Deze prins van wat nog rest van The British Empire, dat hem
kennelijk achterliet met nostalgie, deed dat samen met de stichter
van het WEF, Klaus Schwab, die het ontwerp al sinds 1971 in de
koelkast had liggen en die ter gelegenheid van de pandemie het
ogenblik aangebroken achtte om het ten uitvoer te brengen. Schwab
stichtte in 1971 namelijk het WEF (toen nog het Europees Management
Forum genoemd) met de bedoeling... de wereld te verbeteren!
Der
Weltverbesserer is de titel van het luttele jaren later (in 1979)
gepubliceerde toneelstuk van Thomas Bernhard over een
wereldverbeteraar.
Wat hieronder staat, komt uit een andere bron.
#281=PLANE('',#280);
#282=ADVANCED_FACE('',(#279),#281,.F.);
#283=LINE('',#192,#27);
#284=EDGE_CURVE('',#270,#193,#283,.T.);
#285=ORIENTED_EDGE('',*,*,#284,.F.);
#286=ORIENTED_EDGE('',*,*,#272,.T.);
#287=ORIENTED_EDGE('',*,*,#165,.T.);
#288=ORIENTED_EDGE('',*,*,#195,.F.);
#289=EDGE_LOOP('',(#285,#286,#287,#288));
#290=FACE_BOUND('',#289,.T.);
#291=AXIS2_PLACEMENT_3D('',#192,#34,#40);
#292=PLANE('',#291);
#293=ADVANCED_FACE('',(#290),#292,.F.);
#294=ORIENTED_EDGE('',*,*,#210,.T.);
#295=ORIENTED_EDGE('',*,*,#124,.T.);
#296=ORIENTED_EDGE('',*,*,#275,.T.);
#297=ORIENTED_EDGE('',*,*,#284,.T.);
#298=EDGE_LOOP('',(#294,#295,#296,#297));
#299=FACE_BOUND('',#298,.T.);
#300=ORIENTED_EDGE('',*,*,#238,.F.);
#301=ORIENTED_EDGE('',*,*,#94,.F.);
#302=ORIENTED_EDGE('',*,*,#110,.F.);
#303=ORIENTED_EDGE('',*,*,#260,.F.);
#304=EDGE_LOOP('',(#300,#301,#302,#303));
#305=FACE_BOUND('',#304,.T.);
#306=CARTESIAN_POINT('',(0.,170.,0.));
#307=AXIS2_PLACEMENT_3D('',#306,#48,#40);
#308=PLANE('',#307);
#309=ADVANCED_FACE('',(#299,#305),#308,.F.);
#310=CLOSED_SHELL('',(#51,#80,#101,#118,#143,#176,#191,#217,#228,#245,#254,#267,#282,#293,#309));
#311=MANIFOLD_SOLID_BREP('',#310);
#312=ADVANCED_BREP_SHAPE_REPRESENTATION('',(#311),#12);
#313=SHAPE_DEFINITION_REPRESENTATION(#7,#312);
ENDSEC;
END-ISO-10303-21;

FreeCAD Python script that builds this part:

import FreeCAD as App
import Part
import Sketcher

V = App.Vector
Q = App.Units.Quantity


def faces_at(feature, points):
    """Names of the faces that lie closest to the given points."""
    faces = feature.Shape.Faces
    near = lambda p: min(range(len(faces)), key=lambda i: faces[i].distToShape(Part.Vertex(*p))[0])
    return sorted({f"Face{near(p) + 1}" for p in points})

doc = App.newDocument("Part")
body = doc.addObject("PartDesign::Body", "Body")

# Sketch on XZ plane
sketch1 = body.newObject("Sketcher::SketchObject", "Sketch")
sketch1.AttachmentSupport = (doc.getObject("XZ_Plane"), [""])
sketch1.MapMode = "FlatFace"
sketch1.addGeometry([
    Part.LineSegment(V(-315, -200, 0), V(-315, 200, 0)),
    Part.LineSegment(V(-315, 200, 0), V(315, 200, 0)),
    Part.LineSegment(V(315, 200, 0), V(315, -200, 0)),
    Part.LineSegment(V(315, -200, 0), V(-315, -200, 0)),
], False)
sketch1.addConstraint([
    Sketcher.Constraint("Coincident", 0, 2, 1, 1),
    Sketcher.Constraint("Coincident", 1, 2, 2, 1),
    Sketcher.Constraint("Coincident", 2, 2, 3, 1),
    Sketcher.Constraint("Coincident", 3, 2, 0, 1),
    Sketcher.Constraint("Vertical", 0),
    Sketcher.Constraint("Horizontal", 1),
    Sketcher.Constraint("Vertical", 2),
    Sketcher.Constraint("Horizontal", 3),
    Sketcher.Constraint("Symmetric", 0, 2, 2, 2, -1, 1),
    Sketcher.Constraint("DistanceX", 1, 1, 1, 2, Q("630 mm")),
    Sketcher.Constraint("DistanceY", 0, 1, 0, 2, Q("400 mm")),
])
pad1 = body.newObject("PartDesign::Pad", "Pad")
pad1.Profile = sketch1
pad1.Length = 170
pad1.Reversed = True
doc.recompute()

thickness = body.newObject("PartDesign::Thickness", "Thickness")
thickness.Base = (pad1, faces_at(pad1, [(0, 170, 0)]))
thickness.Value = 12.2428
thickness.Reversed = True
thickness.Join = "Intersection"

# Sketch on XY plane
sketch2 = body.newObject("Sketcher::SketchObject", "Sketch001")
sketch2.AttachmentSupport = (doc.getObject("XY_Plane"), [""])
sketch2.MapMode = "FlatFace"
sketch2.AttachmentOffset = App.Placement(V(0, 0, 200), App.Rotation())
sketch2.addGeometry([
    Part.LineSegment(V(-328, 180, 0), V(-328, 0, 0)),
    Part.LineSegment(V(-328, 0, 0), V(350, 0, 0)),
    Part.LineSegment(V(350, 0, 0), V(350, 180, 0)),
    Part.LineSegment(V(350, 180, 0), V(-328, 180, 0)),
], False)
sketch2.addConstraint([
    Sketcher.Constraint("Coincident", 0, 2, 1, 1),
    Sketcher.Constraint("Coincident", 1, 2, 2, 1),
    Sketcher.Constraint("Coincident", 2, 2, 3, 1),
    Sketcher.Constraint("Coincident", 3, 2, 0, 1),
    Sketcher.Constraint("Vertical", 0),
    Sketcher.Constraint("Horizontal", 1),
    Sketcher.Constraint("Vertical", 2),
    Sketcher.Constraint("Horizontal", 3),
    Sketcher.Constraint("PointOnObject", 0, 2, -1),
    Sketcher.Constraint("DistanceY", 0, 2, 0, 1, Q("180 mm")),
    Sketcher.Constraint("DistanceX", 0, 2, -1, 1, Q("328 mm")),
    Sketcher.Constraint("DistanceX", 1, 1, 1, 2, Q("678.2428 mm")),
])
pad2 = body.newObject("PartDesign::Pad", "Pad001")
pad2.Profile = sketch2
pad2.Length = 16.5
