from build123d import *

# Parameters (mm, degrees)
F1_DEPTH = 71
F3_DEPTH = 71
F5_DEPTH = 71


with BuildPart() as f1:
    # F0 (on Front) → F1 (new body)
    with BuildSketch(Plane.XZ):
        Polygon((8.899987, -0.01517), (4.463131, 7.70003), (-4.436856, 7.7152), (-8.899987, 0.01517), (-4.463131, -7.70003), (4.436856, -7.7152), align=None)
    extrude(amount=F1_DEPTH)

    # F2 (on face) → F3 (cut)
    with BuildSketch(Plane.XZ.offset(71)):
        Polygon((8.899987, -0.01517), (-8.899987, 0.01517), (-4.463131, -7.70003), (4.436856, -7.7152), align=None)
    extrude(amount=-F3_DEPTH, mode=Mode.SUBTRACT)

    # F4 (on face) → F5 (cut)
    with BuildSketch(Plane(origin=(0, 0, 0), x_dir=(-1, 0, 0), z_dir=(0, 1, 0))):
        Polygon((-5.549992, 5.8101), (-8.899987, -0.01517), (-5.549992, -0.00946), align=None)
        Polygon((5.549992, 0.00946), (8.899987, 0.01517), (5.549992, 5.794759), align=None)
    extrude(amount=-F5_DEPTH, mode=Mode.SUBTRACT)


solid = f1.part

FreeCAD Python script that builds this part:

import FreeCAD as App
import Part
import Sketcher
from FreeCAD import Vector


def add_polygon(sketch, points):
    """Adds a closed chain of lines whose ends are joined by coincident constraints."""
    first, n = sketch.GeometryCount, len(points)
    for a, b in zip(points, points[1:] + points[:1]):
        sketch.addGeometry(Part.LineSegment(App.Vector(*a, 0), App.Vector(*b, 0)), False)
    for i in range(n):
        sketch.addConstraint(Sketcher.Constraint("Coincident", first + i, 2, first + (i + 1) % n, 1))

doc = App.newDocument("Part")
body = doc.addObject("PartDesign::Body", "Body")

# Sketch on XZ plane
sketch1 = doc.addObject("Sketcher::SketchObject", "Sketch")
body.addObject(sketch1)
sketch1.AttachmentSupport = (doc.XZ_Plane, [""])
sketch1.MapMode = "FlatFace"
add_polygon(sketch1, [(9, 0), (4, 8), (-4, 8), (-9, 0), (-4, -8), (4, -8)])  # lines 0-5
sketch1.addConstraint([
    Sketcher.Constraint("Symmetric", 0, 2, 3, 2, -1, 1),
    Sketcher.Constraint("Symmetric", 1, 2, 4, 2, -1, 1),
    Sketcher.Constraint("Symmetric", 2, 2, 5, 2, -1, 1),
    Sketcher.Constraint("Equal", 0, 1),
    Sketcher.Constraint("Equal", 1, 2),
    Sketcher.Constraint("Distance", 0, 8.9),
    Sketcher.Constraint("DistanceY", -1, 1, 1, 2, 7.7152),
    Sketcher.Constraint("DistanceY", 3, 2, 2, 2, 7.7152),
    Sketcher.Constraint("DistanceX", -1, 1, 0, 2, 4.463131),
])
pad1 = doc.addObject("PartDesign::Pad", "Pad")
body.addObject(pad1)
pad1.Profile = sketch1
pad1.Length = 71

# Sketch on XZ plane
sketch2 = doc.addObject("Sketcher::SketchObject", "Sketch001")
body.addObject(sketch2)
sketch2.AttachmentSupport = (doc.XZ_Plane, [""])
sketch2.MapMode = "FlatFace"
sketch2.AttachmentOffset = App.Placement(Vector(0, 0, 71), App.Rotation())
add_polygon(sketch2, [(9, 0), (-9, 0), (-4, -8), (4, -8)])  # lines 0-3
sketch2.addConstraint([
    Sketcher.Constraint("Symmetric", 0, 2, 3, 2, -1, 1),
    Sketcher.Constraint("Parallel", 0, 2),
    Sketcher.Constraint("Equal", 1, 2),
    Sketcher.Constraint("Equal", 2, 3),
    Sketcher.Constraint("Distance", 0, 17.8),
    Sketcher.Constraint("Distance", 1, 8.9),
    Sketcher.Constraint("DistanceY", 2, 2, -1, 1, 7.7152),
])
pocket1 = doc.addObject("PartDesign::Pocket", "Pocket")
body.addObject(pocket1)
pocket1.Profile = sketch2
pocket1.Length = 71

# Sketch on XZ plane
sketch3 = doc.addObject("Sketcher::SketchObject", "Sketch002")
body.addObject(sketch3)
sketch3.AttachmentSupport = (doc.XZ_Plane, [""])
sketch3.MapMode = "FlatFace"
add_polygon(sketch3, [(5.5, 5.8), (8.9, 0), (5.5, 0)])  # lines 0-2
add_polygon(sketch3, [(-5.5, 0), (-8.9, 0), (-5.5, 5.8)])  # lines 3-5
sketch3.addConstraint([
    Sketcher.Constraint("Vertical", 2),
    Sketcher.Constraint("Vertical", 5),
    Sketcher.Constraint("Symmetric", 0, 2, 3, 2, -1, 1),
    Sketcher.Constraint("Symmetric", 1, 2, 5, 2, -1, 1),
    Sketcher.Constraint("Distance", 1, 3.35),
    Sketcher.Constraint("DistanceY", 5, 2, 5, 1, 5.785299),
    Sketcher.Constraint("DistanceY", 2, 1, 2, 2, 5.81956),
    Sketcher.Constraint("DistanceY", -1, 1, 2, 2, 5.8101),
    Sketcher.Constraint("Distance", 0, 6.719839),
    Sketcher.Constraint("DistanceX", -1, 1, 1, 2, 5.549992),
])
pocket2 = doc.addObject("PartDesign::Pocket", "Pocket001")
body.addObject(pocket2)
pocket2.Profile = sketch3
pocket2.Length = 71
pocket2.Reversed = True

doc.recompute()
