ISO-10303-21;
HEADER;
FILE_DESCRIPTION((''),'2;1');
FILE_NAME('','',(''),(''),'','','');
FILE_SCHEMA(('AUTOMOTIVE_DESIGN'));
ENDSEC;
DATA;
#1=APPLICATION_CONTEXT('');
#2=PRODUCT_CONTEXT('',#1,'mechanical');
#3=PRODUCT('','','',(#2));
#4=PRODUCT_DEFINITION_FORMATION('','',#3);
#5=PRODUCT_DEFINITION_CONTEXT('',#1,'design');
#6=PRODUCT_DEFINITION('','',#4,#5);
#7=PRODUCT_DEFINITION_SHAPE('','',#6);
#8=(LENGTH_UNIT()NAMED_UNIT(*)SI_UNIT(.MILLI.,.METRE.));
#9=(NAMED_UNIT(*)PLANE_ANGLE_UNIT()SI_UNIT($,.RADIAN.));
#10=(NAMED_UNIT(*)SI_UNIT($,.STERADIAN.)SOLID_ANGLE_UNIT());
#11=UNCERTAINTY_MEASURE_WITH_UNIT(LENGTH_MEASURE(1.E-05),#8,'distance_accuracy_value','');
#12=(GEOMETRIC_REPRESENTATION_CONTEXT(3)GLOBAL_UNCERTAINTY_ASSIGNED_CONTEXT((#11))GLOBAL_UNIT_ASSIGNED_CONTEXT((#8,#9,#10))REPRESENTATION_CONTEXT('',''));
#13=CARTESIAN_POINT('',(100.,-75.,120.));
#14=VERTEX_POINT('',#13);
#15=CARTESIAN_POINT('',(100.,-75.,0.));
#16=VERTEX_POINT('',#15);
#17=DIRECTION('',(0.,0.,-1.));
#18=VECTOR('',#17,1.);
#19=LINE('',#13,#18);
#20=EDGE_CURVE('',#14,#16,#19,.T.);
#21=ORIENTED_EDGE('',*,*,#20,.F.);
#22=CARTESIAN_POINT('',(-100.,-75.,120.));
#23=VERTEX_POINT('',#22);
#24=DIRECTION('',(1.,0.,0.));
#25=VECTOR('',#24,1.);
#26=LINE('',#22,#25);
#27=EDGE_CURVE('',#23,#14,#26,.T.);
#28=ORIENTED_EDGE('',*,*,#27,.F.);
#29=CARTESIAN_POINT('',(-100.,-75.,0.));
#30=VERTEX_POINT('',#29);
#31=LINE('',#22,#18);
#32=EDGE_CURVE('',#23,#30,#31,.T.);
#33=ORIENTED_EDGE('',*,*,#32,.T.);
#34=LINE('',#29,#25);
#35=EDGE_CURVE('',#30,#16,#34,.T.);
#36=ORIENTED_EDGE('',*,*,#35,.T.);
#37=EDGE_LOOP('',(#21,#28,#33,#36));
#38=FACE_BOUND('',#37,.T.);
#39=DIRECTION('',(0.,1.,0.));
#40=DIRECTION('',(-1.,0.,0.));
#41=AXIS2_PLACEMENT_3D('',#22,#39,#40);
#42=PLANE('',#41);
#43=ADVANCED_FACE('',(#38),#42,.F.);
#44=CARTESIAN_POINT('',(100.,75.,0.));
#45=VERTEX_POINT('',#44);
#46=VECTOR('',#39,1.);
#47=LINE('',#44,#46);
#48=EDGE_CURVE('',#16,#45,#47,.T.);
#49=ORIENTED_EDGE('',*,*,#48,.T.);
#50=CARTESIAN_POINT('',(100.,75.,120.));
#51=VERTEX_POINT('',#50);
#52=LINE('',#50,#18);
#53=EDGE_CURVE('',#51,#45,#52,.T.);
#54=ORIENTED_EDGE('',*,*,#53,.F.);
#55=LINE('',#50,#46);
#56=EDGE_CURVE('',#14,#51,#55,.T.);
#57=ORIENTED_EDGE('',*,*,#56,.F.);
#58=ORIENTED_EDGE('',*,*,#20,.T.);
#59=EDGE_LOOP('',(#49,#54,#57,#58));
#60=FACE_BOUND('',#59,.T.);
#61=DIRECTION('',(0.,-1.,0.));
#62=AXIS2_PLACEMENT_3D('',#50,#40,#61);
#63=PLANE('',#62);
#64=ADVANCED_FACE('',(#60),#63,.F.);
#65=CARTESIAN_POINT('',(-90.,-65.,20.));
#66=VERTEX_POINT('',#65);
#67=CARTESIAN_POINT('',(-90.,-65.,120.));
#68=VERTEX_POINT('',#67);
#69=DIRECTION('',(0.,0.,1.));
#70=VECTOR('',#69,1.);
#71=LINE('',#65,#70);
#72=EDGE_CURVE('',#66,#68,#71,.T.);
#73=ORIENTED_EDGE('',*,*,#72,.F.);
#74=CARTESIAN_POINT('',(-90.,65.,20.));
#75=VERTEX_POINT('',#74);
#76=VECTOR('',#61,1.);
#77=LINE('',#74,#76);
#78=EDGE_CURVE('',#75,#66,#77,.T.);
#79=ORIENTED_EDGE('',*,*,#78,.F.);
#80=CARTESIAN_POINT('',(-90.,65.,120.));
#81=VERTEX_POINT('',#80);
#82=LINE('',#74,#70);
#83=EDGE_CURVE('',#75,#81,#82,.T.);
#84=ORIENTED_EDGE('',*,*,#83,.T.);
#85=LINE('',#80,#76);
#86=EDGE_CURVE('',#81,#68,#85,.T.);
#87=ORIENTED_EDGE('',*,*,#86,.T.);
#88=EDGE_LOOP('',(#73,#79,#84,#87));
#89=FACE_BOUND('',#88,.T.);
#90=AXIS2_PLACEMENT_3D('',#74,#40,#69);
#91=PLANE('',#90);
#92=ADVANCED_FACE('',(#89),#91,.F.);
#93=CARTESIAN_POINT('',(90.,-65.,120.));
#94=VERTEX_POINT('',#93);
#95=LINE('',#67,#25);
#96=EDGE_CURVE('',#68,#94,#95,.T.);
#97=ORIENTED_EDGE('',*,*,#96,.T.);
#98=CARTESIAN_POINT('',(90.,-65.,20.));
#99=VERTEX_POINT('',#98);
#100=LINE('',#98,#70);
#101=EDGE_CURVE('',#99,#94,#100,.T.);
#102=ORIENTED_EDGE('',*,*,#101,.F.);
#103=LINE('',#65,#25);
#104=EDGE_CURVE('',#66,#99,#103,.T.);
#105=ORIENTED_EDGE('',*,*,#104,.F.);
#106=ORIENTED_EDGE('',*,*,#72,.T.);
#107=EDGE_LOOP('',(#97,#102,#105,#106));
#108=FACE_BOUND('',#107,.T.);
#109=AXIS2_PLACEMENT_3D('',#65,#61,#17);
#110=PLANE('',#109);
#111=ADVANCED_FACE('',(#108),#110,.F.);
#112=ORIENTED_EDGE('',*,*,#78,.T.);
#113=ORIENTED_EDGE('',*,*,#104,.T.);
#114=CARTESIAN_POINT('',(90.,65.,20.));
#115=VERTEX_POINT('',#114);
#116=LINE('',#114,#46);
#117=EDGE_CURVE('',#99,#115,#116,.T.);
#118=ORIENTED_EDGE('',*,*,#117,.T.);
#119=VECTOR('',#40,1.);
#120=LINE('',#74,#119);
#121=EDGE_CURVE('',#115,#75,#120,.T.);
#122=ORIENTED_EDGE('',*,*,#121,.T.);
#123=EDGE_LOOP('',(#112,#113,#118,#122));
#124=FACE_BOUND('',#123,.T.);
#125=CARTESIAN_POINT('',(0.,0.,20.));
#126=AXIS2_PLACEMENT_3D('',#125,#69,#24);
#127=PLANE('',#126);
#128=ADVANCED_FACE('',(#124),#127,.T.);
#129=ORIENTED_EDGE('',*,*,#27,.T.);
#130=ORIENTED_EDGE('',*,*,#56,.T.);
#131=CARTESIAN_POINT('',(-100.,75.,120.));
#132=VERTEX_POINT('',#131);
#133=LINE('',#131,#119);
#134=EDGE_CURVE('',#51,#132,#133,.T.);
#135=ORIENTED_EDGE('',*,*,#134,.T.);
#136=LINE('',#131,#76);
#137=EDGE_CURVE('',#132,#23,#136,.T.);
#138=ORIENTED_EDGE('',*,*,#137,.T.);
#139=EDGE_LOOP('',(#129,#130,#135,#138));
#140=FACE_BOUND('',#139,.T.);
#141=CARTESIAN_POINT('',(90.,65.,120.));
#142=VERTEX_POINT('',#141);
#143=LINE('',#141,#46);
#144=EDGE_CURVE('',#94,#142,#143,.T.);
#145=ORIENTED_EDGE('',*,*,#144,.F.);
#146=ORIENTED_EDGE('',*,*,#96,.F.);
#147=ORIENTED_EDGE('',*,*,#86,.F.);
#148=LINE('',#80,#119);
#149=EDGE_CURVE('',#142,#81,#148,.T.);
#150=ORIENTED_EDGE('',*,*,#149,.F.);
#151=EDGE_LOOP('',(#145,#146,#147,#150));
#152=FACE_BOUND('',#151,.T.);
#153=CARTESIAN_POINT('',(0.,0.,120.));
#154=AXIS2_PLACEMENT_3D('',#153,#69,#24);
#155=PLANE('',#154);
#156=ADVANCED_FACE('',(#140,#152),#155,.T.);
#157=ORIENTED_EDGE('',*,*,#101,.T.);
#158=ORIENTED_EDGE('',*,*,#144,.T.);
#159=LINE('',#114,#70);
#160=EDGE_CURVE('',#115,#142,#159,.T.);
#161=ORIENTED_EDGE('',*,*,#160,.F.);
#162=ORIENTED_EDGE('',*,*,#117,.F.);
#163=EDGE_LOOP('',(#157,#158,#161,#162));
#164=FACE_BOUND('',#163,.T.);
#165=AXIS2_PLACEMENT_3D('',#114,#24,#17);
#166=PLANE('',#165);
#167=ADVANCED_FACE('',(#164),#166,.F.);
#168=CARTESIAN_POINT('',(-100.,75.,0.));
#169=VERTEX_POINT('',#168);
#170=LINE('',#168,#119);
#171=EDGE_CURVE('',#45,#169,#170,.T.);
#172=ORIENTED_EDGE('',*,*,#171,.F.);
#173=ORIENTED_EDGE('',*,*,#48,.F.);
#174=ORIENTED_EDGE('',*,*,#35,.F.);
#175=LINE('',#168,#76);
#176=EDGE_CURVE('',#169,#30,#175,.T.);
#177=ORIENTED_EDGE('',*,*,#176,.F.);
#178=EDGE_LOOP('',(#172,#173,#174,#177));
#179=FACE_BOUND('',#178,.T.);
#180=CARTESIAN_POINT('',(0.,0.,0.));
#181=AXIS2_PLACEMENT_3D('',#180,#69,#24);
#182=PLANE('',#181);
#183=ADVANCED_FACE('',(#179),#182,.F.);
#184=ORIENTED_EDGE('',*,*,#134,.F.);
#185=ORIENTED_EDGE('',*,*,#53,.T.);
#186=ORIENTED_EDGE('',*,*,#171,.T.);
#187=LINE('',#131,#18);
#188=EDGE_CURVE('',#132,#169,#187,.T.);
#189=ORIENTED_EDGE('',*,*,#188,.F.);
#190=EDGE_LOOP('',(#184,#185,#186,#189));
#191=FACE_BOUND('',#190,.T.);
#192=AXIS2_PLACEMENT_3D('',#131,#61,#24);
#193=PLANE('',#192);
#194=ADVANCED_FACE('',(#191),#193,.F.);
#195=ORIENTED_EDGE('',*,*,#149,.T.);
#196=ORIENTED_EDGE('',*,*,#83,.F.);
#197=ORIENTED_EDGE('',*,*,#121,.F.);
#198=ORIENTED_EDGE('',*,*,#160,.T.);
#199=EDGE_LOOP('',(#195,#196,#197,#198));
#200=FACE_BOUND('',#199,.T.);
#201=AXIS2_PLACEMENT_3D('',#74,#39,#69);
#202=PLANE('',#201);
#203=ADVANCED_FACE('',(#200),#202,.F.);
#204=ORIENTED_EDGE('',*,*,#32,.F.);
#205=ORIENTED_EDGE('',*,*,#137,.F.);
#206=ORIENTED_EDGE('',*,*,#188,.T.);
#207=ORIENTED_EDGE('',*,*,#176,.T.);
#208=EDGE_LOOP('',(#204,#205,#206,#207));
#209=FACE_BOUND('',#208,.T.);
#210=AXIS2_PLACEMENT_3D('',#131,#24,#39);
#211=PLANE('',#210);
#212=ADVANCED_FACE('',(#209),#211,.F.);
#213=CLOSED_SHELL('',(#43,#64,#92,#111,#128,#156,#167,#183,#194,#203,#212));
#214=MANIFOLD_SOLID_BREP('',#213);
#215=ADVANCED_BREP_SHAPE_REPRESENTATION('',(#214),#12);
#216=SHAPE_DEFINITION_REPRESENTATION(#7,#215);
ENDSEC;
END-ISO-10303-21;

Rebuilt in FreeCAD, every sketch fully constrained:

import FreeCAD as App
import Part
import Sketcher

V = App.Vector
Q = App.Units.Quantity

doc = App.newDocument("Part")
body = doc.addObject("PartDesign::Body", "Body")

sketch1 = body.newObject("Sketcher::SketchObject", "Sketch")
sketch1.AttachmentSupport = (doc.getObject("XY_Plane"), [""])
sketch1.MapMode = "FlatFace"
sketch1.addGeometry([
    Part.LineSegment(V(-100, 75, 0), V(-100, -75, 0)),
    Part.LineSegment(V(-100, -75, 0), V(100, -75, 0)),
    Part.LineSegment(V(100, -75, 0), V(100, 75, 0)),
    Part.LineSegment(V(100, 75, 0), V(-100, 75, 0)),
], False)
sketch1.addConstraint([
    Sketcher.Constraint("Coincident", 0, 2, 1, 1),
    Sketcher.Constraint("Coincident", 1, 2, 2, 1),
    Sketcher.Constraint("Coincident", 2, 2, 3, 1),
    Sketcher.Constraint("Coincident", 3, 2, 0, 1),
    Sketcher.Constraint("Vertical", 0),
    Sketcher.Constraint("Horizontal", 1),
    Sketcher.Constraint("Vertical", 2),
    Sketcher.Constraint("Horizontal", 3),
    Sketcher.Constraint("Symmetric", 0, 2, 2, 2, -1, 1),
    Sketcher.Constraint("DistanceX", 1, 1, 1, 2, Q("200 mm")),
    Sketcher.Constraint("DistanceY", 0, 2, 0, 1, Q("150 mm")),
])
pad1 = body.newObject("PartDesign::Pad", "Pad")
pad1.Profile = sketch1
pad1.Length = 120

sketch2 = body.newObject("Sketcher::SketchObject", "Sketch001")
sketch2.AttachmentSupport = (doc.getObject("XY_Plane"), [""])
sketch2.MapMode = "FlatFace"
sketch2.AttachmentOffset = App.Placement(V(0, 0, 120), App.Rotation())
sketch2.addGeometry([
    Part.LineSegment(V(-90, 65, 0), V(-90, -65, 0)),
    Part.LineSegment(V(-90, -65, 0), V(90, -65, 0)),
    Part.LineSegment(V(90, -65, 0), V(90, 65, 0)),
    Part.LineSegment(V(90, 65, 0), V(-90, 65, 0)),
], False)
sketch2.addConstraint([
    Sketcher.Constraint("Coincident", 0, 2, 1, 1),
    Sketcher.Constraint("Coincident", 1, 2, 2, 1),
    Sketcher.Constraint("Coincident", 2, 2, 3, 1),
    Sketcher.Constraint("Coincident", 3, 2, 0, 1),
    Sketcher.Constraint("Vertical", 0),
    Sketcher.Constraint("Horizontal", 1),
    Sketcher.Constraint("Vertical", 2),
    Sketcher.Constraint("Horizontal", 3),
    Sketcher.Constraint("Symmetric", 0, 2, 2, 2, -1, 1),
    Sketcher.Constraint("DistanceX", 1, 1, 1, 2, Q("180 mm")),
    Sketcher.Constraint("DistanceY", 0, 2, 0, 1, Q("130 mm")),
])
pocket1 = body.newObject("PartDesign::Pocket", "Pocket")
pocket1.Profile = sketch2
pocket1.Length = 100

doc.recompute()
Maar zo diepzinnig en pessimistisch als Bernards
hoofdfiguur is, zo ondoordacht en luchthartig is het plan van prins
Charles en zijn entourage van wereldverbeteraars: een utopie die door
de Deense politica en WEF-medewerkster Ida Auken in Forbes Magazine
van 10 november 2016 gekenschetst werd onder de verbijsterende titel
die ook het motto is van de voortrekkers van deze fabel: Welcome
To 2030: I Own Nothing, Have No Privacy And Life Has Never Been
Better10.
De gruwelijke distopie van een bezitsloos bestaan zonder privacy
wordt de nieuwste utopie van de huidige machthebbers! Deze gemene
streek wordt inderdaad verborgen in het volle licht: het plan om alle
mensen, zoveel als er op de aardbol leven, te beroven van hun bezit
én van zichzelf, want dat is de betekenis van het ontzeggen van een
mens van zijn privacy: wie geen geheimen meer heeft, bestaat niet
langer omdat hij zich niet meer van anderen onderscheidt; hij is
datgene kwijt wat hem uniek maakt en hij wordt gelijk aan ieder
ander. Door de roof van de privacy wordt de bonte mensheid
gereduceerd tot een leger van allemaal eendere, slaafse robots. En
uiteraard volgt daar dan onvermijdelijk uit dat voortaan niemand nog
onvervangbaar zal zijn. De waarde van een mens wordt herleid tot zijn
economisch nut; de mens wordt een voorwerp. Hij is zonder bezit en
kopen doet hij derhalve niet meer: hij is daarentegen zelf koopwaar
geworden. En omdat hij vervangbaar is door principieel ieder ander,
kan hij ook probleemloos worden 'uitgeschakeld' van zodra hij niet
langer nuttig is. Wanneer hij aanklopt bij de overheid om zich erover
te beklagen dat hij als louter koopwaar wordt behandeld, zal zij hem
antwoorden: Excuseer, mijnheer, maar u bestaat niet meer.
Erger
nog dan de misdaden begaan in de concentratiekampen, aldus overlever
van de nazikampen Primo Lévi, is de onverschilligheid. De grote
Russische schrijver Fjodor Michailowitsj Dostojewskij (1821-1881)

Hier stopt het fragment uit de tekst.